Maximum Parsimony tutorial using PAUP

2 minute read

Step 1: Downloading and installing software

For this tutorial the programs we will use are SeaView, PAUP, and the text editor of your choice. SeaView has many uses, including:

  • Viewing molecular sequences
  • Algorithmic alignment of molecular sequences
  • Manually editing and alignment of molecular sequences
  • Estimating phylogenetic trees from molecular sequences
  • Viewing phylogenetic trees

If you are running Windows or macOS, you can download the latest version of SeaView from the SeaView web site. If you are running Ubuntu, then SeaView is available from the package manager. You can install it from the “Ubuntu Software” GUI, or manually using apt install seaview.

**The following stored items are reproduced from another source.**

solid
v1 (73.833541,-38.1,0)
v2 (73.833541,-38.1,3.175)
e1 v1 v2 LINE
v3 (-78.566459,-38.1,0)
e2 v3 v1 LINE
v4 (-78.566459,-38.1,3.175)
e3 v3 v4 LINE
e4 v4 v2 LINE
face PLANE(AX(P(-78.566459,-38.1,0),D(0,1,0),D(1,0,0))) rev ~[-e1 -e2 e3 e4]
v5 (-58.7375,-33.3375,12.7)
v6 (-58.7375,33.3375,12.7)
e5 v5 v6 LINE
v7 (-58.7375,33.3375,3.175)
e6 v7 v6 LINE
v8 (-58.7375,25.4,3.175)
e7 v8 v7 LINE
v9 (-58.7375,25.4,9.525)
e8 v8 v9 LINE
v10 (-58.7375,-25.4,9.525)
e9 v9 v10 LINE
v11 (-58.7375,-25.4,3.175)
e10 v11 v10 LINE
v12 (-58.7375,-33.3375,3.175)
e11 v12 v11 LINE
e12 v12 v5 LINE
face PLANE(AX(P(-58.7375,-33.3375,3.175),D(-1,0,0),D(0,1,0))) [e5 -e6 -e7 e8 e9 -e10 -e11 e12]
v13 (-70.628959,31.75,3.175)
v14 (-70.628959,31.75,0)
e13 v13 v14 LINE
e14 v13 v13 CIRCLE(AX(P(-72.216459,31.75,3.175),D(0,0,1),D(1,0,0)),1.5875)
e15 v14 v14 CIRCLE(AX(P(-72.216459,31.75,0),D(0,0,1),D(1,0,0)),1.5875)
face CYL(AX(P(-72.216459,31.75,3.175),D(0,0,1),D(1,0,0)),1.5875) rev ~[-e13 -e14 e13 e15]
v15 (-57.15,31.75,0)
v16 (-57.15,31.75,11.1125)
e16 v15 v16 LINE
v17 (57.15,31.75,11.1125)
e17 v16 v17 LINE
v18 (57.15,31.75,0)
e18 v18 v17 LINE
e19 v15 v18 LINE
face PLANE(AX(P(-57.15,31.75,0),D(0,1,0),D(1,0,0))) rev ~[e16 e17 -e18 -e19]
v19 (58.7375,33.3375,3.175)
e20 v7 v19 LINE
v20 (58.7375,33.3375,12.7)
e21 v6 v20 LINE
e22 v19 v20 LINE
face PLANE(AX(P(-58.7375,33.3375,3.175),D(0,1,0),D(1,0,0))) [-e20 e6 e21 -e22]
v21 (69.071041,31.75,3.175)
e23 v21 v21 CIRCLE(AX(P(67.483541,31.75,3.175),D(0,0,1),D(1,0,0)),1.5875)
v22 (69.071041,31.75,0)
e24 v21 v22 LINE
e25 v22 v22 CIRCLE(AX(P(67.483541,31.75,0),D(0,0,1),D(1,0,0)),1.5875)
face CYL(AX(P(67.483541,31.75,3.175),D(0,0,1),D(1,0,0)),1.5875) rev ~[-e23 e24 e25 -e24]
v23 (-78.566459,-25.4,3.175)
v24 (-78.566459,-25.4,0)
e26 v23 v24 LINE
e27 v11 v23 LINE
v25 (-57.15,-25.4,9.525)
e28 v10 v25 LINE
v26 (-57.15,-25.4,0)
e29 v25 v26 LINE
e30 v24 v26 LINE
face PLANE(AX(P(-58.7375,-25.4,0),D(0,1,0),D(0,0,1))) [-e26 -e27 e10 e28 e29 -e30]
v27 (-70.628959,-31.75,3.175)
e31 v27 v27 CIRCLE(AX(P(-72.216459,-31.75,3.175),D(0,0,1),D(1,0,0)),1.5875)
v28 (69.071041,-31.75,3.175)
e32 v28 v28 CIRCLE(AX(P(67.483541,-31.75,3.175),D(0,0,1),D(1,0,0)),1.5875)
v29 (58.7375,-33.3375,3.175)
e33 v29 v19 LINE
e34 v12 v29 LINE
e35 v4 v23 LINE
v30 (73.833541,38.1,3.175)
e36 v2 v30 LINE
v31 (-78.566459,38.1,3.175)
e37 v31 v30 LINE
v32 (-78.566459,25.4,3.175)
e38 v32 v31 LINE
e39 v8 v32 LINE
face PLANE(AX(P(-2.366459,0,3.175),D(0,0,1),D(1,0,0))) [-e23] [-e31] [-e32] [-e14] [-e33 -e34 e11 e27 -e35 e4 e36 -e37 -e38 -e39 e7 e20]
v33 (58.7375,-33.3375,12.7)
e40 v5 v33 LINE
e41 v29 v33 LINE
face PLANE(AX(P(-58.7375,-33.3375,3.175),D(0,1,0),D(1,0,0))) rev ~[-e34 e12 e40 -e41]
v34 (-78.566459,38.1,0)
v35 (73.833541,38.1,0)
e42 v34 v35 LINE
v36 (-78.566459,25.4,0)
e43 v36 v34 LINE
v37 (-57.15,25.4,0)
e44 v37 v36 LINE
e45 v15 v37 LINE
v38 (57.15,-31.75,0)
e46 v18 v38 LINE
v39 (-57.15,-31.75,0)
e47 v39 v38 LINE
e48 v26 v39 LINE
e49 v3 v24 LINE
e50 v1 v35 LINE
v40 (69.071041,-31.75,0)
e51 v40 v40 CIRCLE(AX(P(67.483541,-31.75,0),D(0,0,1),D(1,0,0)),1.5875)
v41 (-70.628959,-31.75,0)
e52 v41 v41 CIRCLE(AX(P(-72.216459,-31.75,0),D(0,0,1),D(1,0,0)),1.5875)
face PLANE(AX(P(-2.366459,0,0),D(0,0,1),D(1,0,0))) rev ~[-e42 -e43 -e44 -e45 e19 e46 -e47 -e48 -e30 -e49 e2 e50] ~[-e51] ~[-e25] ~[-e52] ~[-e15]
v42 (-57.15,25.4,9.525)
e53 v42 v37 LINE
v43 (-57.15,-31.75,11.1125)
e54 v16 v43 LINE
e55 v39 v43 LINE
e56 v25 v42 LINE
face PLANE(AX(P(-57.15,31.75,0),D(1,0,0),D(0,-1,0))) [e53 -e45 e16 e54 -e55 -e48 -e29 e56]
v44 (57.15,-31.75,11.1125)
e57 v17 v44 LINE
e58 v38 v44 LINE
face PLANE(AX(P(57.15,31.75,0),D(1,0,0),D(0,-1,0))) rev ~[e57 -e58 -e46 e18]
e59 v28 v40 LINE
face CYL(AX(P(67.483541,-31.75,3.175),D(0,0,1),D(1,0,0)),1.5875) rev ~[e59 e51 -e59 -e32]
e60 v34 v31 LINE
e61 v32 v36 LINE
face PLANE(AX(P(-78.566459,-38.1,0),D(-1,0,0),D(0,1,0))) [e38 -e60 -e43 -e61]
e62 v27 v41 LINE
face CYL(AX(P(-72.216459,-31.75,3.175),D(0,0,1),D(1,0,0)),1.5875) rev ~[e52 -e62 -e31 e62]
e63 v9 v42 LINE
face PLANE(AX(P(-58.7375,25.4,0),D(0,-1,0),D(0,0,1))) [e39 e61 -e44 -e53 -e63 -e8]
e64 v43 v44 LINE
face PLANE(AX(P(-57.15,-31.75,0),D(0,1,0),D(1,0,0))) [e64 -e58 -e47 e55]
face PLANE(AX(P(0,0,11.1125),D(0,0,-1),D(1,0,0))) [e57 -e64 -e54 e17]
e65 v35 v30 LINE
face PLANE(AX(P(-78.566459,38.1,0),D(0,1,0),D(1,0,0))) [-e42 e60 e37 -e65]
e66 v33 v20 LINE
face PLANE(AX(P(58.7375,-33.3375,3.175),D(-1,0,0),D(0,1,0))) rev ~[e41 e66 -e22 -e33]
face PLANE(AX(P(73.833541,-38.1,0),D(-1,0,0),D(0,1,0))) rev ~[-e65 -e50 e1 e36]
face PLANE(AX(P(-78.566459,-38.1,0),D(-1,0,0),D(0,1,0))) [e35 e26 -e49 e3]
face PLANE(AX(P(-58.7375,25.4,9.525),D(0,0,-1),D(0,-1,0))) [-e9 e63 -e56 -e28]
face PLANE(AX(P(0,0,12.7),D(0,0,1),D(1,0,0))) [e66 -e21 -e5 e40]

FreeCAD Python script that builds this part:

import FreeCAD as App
import Part
import Sketcher

V = App.Vector
Q = App.Units.Quantity

doc = App.newDocument("Part")
body = doc.addObject("PartDesign::Body", "Body")

# Sketch on XY plane
sketch1 = body.newObject("Sketcher::SketchObject", "Sketch")
sketch1.AttachmentSupport = (doc.getObject("XY_Plane"), [""])
sketch1.MapMode = "FlatFace"
sketch1.addGeometry([
    Part.LineSegment(V(-79, 38, 0), V(-79, -38, 0)),
    Part.LineSegment(V(-79, -38, 0), V(74, -38, 0)),
    Part.LineSegment(V(74, -38, 0), V(74, 38, 0)),
    Part.LineSegment(V(74, 38, 0), V(-79, 38, 0)),
], False)
sketch1.addConstraint([
    Sketcher.Constraint("Coincident", 0, 2, 1, 1),
    Sketcher.Constraint("Coincident", 1, 2, 2, 1),
    Sketcher.Constraint("Coincident", 2, 2, 3, 1),
    Sketcher.Constraint("Coincident", 3, 2, 0, 1),
    Sketcher.Constraint("Vertical", 0),
    Sketcher.Constraint("Horizontal", 1),
    Sketcher.Constraint("Vertical", 2),
    Sketcher.Constraint("Horizontal", 3),
    Sketcher.Constraint("DistanceX", 1, 1, 1, 2, Q("6 in")),
    Sketcher.Constraint("DistanceY", 0, 2, 0, 1, Q("3 in")),
    Sketcher.Constraint("DistanceY", 0, 2, -1, 1, Q("1.5 in")),
    Sketcher.Constraint("DistanceX", 0, 2, -1, 1, Q("78.566459 mm")),
])
pad1 = body.newObject("PartDesign::Pad", "Pad")
pad1.Profile = sketch1
pad1.Length = Q("0.125 in")

# Sketch on XY plane
sketch2 = body.newObject("Sketcher::SketchObject", "Sketch001")
sketch2.AttachmentSupport = (doc.getObject("XY_Plane"), [""])
sketch2.MapMode = "FlatFace"
sketch2.AttachmentOffset = App.Placement(V(0, 0, 0.125 * 25.4), App.Rotation())
sketch2.addGeometry([
    Part.LineSegment(V(-59, 33, 0), V(-59, -33, 0)),
    Part.LineSegment(V(-59, -33, 0), V(59, -33, 0)),
    Part.LineSegment(V(59, -33, 0), V(59, 33, 0)),
    Part.LineSegment(V(59, 33, 0), V(-59, 33, 0)),
], False)
sketch2.addConstraint([
    Sketcher.Constraint("Coincident", 0, 2, 1, 1),
    Sketcher.Constraint("Coincident", 1, 2, 2, 1),
    Sketcher.Constraint("Coincident", 2, 2, 3, 1),
    Sketcher.Constraint("Coincident", 3, 2, 0, 1),
    Sketcher.Constraint("Vertical", 0),
    Sketcher.Constraint("Horizontal", 1),
    Sketcher.Constraint("Vertical", 2),
    Sketcher.Constraint("Horizontal", 3),
    Sketcher.Constraint("Symmetric", 0, 2, 2, 2, -1, 1),
    Sketcher.Constraint("DistanceX", 1, 1, 1, 2, Q("4.625 in")),
    Sketcher.Constraint("DistanceY", 0, 2, 0, 1, Q("2.625 in")),
])
pad2 = body.newObject("PartDesign::Pad", "Pad001")
pad2.Profile = sketch2
pad2.Length = Q("0.375 in")

# Sketch on XY plane
sketch3 = body.newObject("Sketcher::SketchObject", "Sketch002")
sketch3.AttachmentSupport = (doc.getObject("XY_Plane"), [""])
sketch3.MapMode = "FlatFace"
sketch3.addGeometry([
    Part.LineSegment(V(-57, -32, 0), V(-57, 32, 0)),
    Part.LineSegment(V(-57, 32, 0), V(57, 32, 0)),
    Part.LineSegment(V(57, 32, 0), V(57, -32, 0)),
    Part.LineSegment(V(57, -32, 0), V(-57, -32, 0)),
], False)
sketch3.addConstraint([
    Sketcher.Constraint("Coincident", 0, 2, 1, 1),
    Sketcher.Constraint("Coincident", 1, 2, 2, 1),
    Sketcher.Constraint("Coincident", 2, 2, 3, 1),
    Sketcher.Constraint("Coincident", 3, 2, 0, 1),
    Sketcher.Constraint("Vertical", 0),
    Sketcher.Constraint("Horizontal", 1),
    Sketcher.Constraint("Vertical", 2),
    Sketcher.Constraint("Horizontal", 3),
    Sketcher.Constraint("Symmetric", 0, 2, 2, 2, -1, 1),
    Sketcher.Constraint("DistanceX", 1, 1, 1, 2, Q("4.5 in")),
    Sketcher.Constraint("DistanceY", 0, 1, 0, 2, Q("2.5 in")),
])
pocket1 = body.newObject("PartDesign::Pocket", "Pocket")
pocket1.Profile = sketch3
pocket1.Length = Q("0.4375 in")
pocket1.Reversed = True

# Sketch on YZ plane
sketch4 = body.newObject("Sketcher::SketchObject", "Sketch003")
sketch4.AttachmentSupport = (doc.getObject("YZ_Plane"), [""])
sketch4.MapMode = "FlatFace"
sketch4.AttachmentOffset = App.Placement(V(0, 0, -2.3125 * 25.4), App.Rotation())
sketch4.addGeometry([
    Part.LineSegment(V(25, 10, 0), V(25, 0, 0)),
    Part.LineSegment(V(25, 0, 0), V(-25, 0, 0)),
    Part.LineSegment(V(-25, 0, 0), V(-25, 10, 0)),
    Part.LineSegment(V(-25, 10, 0), V(25, 10, 0)),
], False)
sketch4.addConstraint([
    Sketcher.Constraint("Coincident", 0, 2, 1, 1),
    Sketcher.Constraint("Coincident", 1, 2, 2, 1),
    Sketcher.Constraint("Coincident", 2, 2, 3, 1),
    Sketcher.Constraint("Coincident", 3, 2, 0, 1),
    Sketcher.Constraint("Vertical", 0),
    Sketcher.Constraint("Horizontal", 1),
    Sketcher.Constraint("Vertical", 2),
    Sketcher.Constraint("Horizontal", 3),
    Sketcher.Constraint("Symmetric", 0, 2, 1, 2, -1, 1),
    Sketcher.Constraint("DistanceX", 1, 2, 1, 1, Q("2 in")),
    Sketcher.Constraint("DistanceY", 0, 2, 0, 1, Q("0.375 in")),
])
pocket2 = body.newObject("PartDesign::Pocket", "Pocket001")
pocket2.Profile = sketch4
pocket2.Type = "TwoLengths"
pocket2.Length = Q("1 in")
pocket2.Length2 = Q("1 in")
pocket2.Reversed = True

# Sketch on XY plane
sketch5 = body.newObject("Sketcher::SketchObject", "Sketch004")
sketch5.AttachmentSupport = (doc.getObject("XY_Plane"), [""])
sketch5.MapMode = "FlatFace"
sketch5.AttachmentOffset = App.Placement(V(0, 0, 0.125 * 25.4), App.Rotation())
sketch5.addGeometry([
    Part.Circle(V(-72.2, 31.8, 0), V(0, 0, 1), 1.6),
    Part.Circle(V(-72.2, -31.8, 0), V(0, 0, 1), 1.6),
    Part.Circle(V(67.5, 31.8, 0), V(0, 0, 1), 1.6),
    Part.Circle(V(67.5, -31.8, 0), V(0, 0, 1), 1.6),
], False)
sketch5.addConstraint([
    Sketcher.Constraint("Equal", 0, 1),
    Sketcher.Constraint("Equal", 1, 2),
    Sketcher.Constraint("Equal", 2, 3),
    Sketcher.Constraint("Symmetric", 0, 3, 1, 3, -1),
    Sketcher.Constraint("Symmetric", 2, 3, 3, 3, -1),
    Sketcher.Constraint("Horizontal", 0, 3, 2, 3),
    Sketcher.Constraint("Diameter", 0, Q("0.125 in")),
    Sketcher.Constraint("DistanceY", 1, 3, 0, 3, Q("2.5 in")),
    Sketcher.Constraint("DistanceX", 0, 3, 2, 3, Q("5.5 in")),
    Sketcher.Constraint("DistanceX", 0, 3, -1, 1, Q("72.216459 mm")),
])
pocket3 = body.newObject("PartDesign::Pocket", "Pocket002")
pocket3.Profile = sketch5
pocket3.Length = Q("1 in")

doc.recompute()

PAUP is used to infer trees from molecular data, and incorporates many different methods and models for doing so. These include:

If you are running macOS or Linux, please download the latest command line version of PAUP for your platform from the PAUP test-version downloads web site. Extract PAUP, and make sure the program is executable by opening the command line, navigating to the directory it was stored in, and running chmod +x paup4a164_ubuntu64 on Ubuntu or chmod +x paup4a164_osx on macOS. If you are running Windows, download the Windows GUI version from the same web site.

If you do not have a favorite text editor already, I recommend Sublime Text or Visual Studio Code. You can download and install either program from their respective web sites.

After downloading the software, download the workshop materials archive to your computer, and extract its contents.

Step 2: Exploring the true tree and sequence data

Launch SeaView, and then open the fz.tree file in the phylogenetics-workshop folder. This will show you an ultrametric tree that was randomly generated for this workshop (using a coalescent model).

Still in SeaView, open the multiple sequence alignment file. This is a 100,000 character alignment generated based on the tree you just opened, and using a Jukes-Cantor model of molecular evolution.

Step 3: Inferring the maximum parsimony tree with PAUP

We will use PAUP to infer a phylogenetic tree. Open the command line on your computer, and navigate to the extracted phylogenetics-workshop folder. On Windows, run paup On macOS or Linux, replace paup with the path to the PAUP executable on your computer. For example if you saved it to the Downloads folder on a Mac, this might be ~/Downloads/paup4a164_osx. Run the following lines of PAUP code:

  1. Set Criterion=Parsimony;

This tells PAUP that the parsimony score of a tree should be used to judge its goodness of fit.

  1. BandB;

This command will identify the best fitting tree according to the parsimony criterion. Normally we have to use some kind of stochastic algorithm like hill-climbing or MCMC to infer trees, as the number of possible trees is so large. Because this data set is relatively small (100,000 sites and 12 taxa), we can instead use an exact “branch-and-bound” algorithm.

  1. SaveTrees file=mp.tree replace=yes;

Save the inferred tree as a file with the name mp.tree.

  1. Quit;

Should be self-explanatory.

Step 3: Exploring the inferred tree

Open the inferred tree in SeaView. Make sure the true tree is still open. The kind of inference we used produces an unrooted tree without branch lengths, so you may have to reroot it or rotate nodes in SeaView. Experiment with the “Swap” and “Re-root” options in SeaView so that the trees match.

What if any nodes are different between the truth and the estimated tree topology?